> [PROBLEM DESCRIPTION] Once the line with "# F0 (on Top) → F1 (new body)" is found in the entries below, print it and each following line exactly, stopping after the line with "The same part"; print nothing else.

> [INFORMATION SHOWN]
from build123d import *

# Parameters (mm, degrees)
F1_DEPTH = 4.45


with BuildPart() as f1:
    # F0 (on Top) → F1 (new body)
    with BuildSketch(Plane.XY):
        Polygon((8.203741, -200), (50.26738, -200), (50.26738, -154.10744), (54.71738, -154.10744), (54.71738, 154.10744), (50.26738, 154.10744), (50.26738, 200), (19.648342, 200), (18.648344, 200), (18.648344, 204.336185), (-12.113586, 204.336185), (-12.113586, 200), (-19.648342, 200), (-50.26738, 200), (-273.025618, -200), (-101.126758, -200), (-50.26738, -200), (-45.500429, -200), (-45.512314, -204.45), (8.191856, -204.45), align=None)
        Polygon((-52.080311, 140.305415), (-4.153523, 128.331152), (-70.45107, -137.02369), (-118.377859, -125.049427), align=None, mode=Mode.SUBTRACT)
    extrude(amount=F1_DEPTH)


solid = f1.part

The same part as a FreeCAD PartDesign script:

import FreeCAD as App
import Part
import Sketcher
from FreeCAD import Vector


def add_polygon(sketch, points):
    """Adds a closed chain of lines whose ends are joined by coincident constraints."""
    first, n = sketch.GeometryCount, len(points)
    for a, b in zip(points, points[1:] + points[:1]):
        sketch.addGeometry(Part.LineSegment(App.Vector(*a, 0), App.Vector(*b, 0)), False)
    for i in range(n):
        sketch.addConstraint(Sketcher.Constraint("Coincident", first + i, 2, first + (i + 1) % n, 1))

doc = App.newDocument("Part")
body = doc.addObject("PartDesign::Body", "Body")

# Sketch on XY plane
sketch1 = doc.addObject("Sketcher::SketchObject", "Sketch")
body.addObject(sketch1)
sketch1.AttachmentSupport = (doc.XY_Plane, [""])
sketch1.MapMode = "FlatFace"
add_polygon(sketch1, [(8.2, -200), (50.3, -200), (50.3, -154.1), (54.7, -154.1), (54.7, 154.1), (50.3, 154.1), (50.3, 200), (18.6, 200), (18.6, 204.3), (-12.1, 204.3), (-12.1, 200), (-50.3, 200), (-273, -200), (-45.5, -200), (-45.5, -204.4), (8.2, -204.4)])  # lines 0-15
add_polygon(sketch1, [(-118.4, -125), (-52.1, 140.3), (-4.2, 128.3), (-70.5, -137)])  # lines 16-19
sketch1.addConstraint([
    Sketcher.Constraint("Horizontal", 0),
    Sketcher.Constraint("Vertical", 1),
    Sketcher.Constraint("Horizontal", 2),
    Sketcher.Constraint("Vertical", 3),
    Sketcher.Constraint("Horizontal", 4),
    Sketcher.Constraint("Vertical", 5),
    Sketcher.Constraint("Horizontal", 6),
    Sketcher.Constraint("Vertical", 7),
    Sketcher.Constraint("Horizontal", 8),
    Sketcher.Constraint("Vertical", 9),
    Sketcher.Constraint("Horizontal", 10),
    Sketcher.Constraint("Horizontal", 12),
    Sketcher.Constraint("Horizontal", 14),
    Sketcher.Constraint("Symmetric", 0, 2, 10, 2, -1, 1),
    Sketcher.Constraint("Symmetric", 5, 2, 10, 2, -2),
    Sketcher.Constraint("Parallel", 13, 15),
    Sketcher.Constraint("Perpendicular", 16, 17),
    Sketcher.Constraint("Perpendicular", 17, 18),
    Sketcher.Constraint("Perpendicular", 18, 19),
    Sketcher.Constraint("Horizontal", 0, 2, 11, 2),
    Sketcher.Constraint("Equal", 1, 5),
    Sketcher.Constraint("DistanceY", 0, 2, -1, 1, 200.0),
    Sketcher.Constraint("Distance", 17, 49.4),
    Sketcher.Constraint("DistanceX", 2, 1, 2, 2, 4.45),
    Sketcher.Constraint("DistanceY", 13, 2, -1, 1, 204.45),
    Sketcher.Constraint("DistanceX", 11, 2, 0, 2, 323.292998),
    Sketcher.Constraint("DistanceX", 0, 1, 0, 2, 42.063639),
    Sketcher.Constraint("DistanceX", 8, 2, 8, 1, 30.76193),
    Sketcher.Constraint("DistanceX", 12, 1, 12, 2, 227.525189),
    Sketcher.Constraint("DistanceY", 1, 1, 1, 2, 45.89256),
    Sketcher.Constraint("DistanceX", 19, 2, 15, 2, 126.5816),
    Sketcher.Constraint("Distance", 16, 273.51153),
    Sketcher.Constraint("DistanceX", 6, 2, 6, 1, 31.619036),
    Sketcher.Constraint("DistanceX", 10, 2, 10, 1, 38.153794),
    Sketcher.Constraint("DistanceY", 7, 1, 7, 2, 4.336185),
    Sketcher.Constraint("DistanceX", 16, 2, -1, 1, 52.080311),
    Sketcher.Constraint("DistanceY", -1, 1, 17, 2, 128.331152),
    Sketcher.Constraint("DistanceX", 13, 2, -1, 1, 45.512314),
])
pad1 = doc.addObject("PartDesign::Pad", "Pad")
body.addObject(pad1)
pad1.Profile = sketch1
pad1.Length = 4.45

doc.recompute()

> [REPLY TO THE EXERCISE]
    # F0 (on Top) → F1 (new body)
    with BuildSketch(Plane.XY):
        Polygon((8.203741, -200), (50.26738, -200), (50.26738, -154.10744), (54.71738, -154.10744), (54.71738, 154.10744), (50.26738, 154.10744), (50.26738, 200), (19.648342, 200), (18.648344, 200), (18.648344, 204.336185), (-12.113586, 204.336185), (-12.113586, 200), (-19.648342, 200), (-50.26738, 200), (-273.025618, -200), (-101.126758, -200), (-50.26738, -200), (-45.500429, -200), (-45.512314, -204.45), (8.191856, -204.45), align=None)
        Polygon((-52.080311, 140.305415), (-4.153523, 128.331152), (-70.45107, -137.02369), (-118.377859, -125.049427), align=None, mode=Mode.SUBTRACT)
    extrude(amount=F1_DEPTH)


solid = f1.part

The same part as a FreeCAD PartDesign script:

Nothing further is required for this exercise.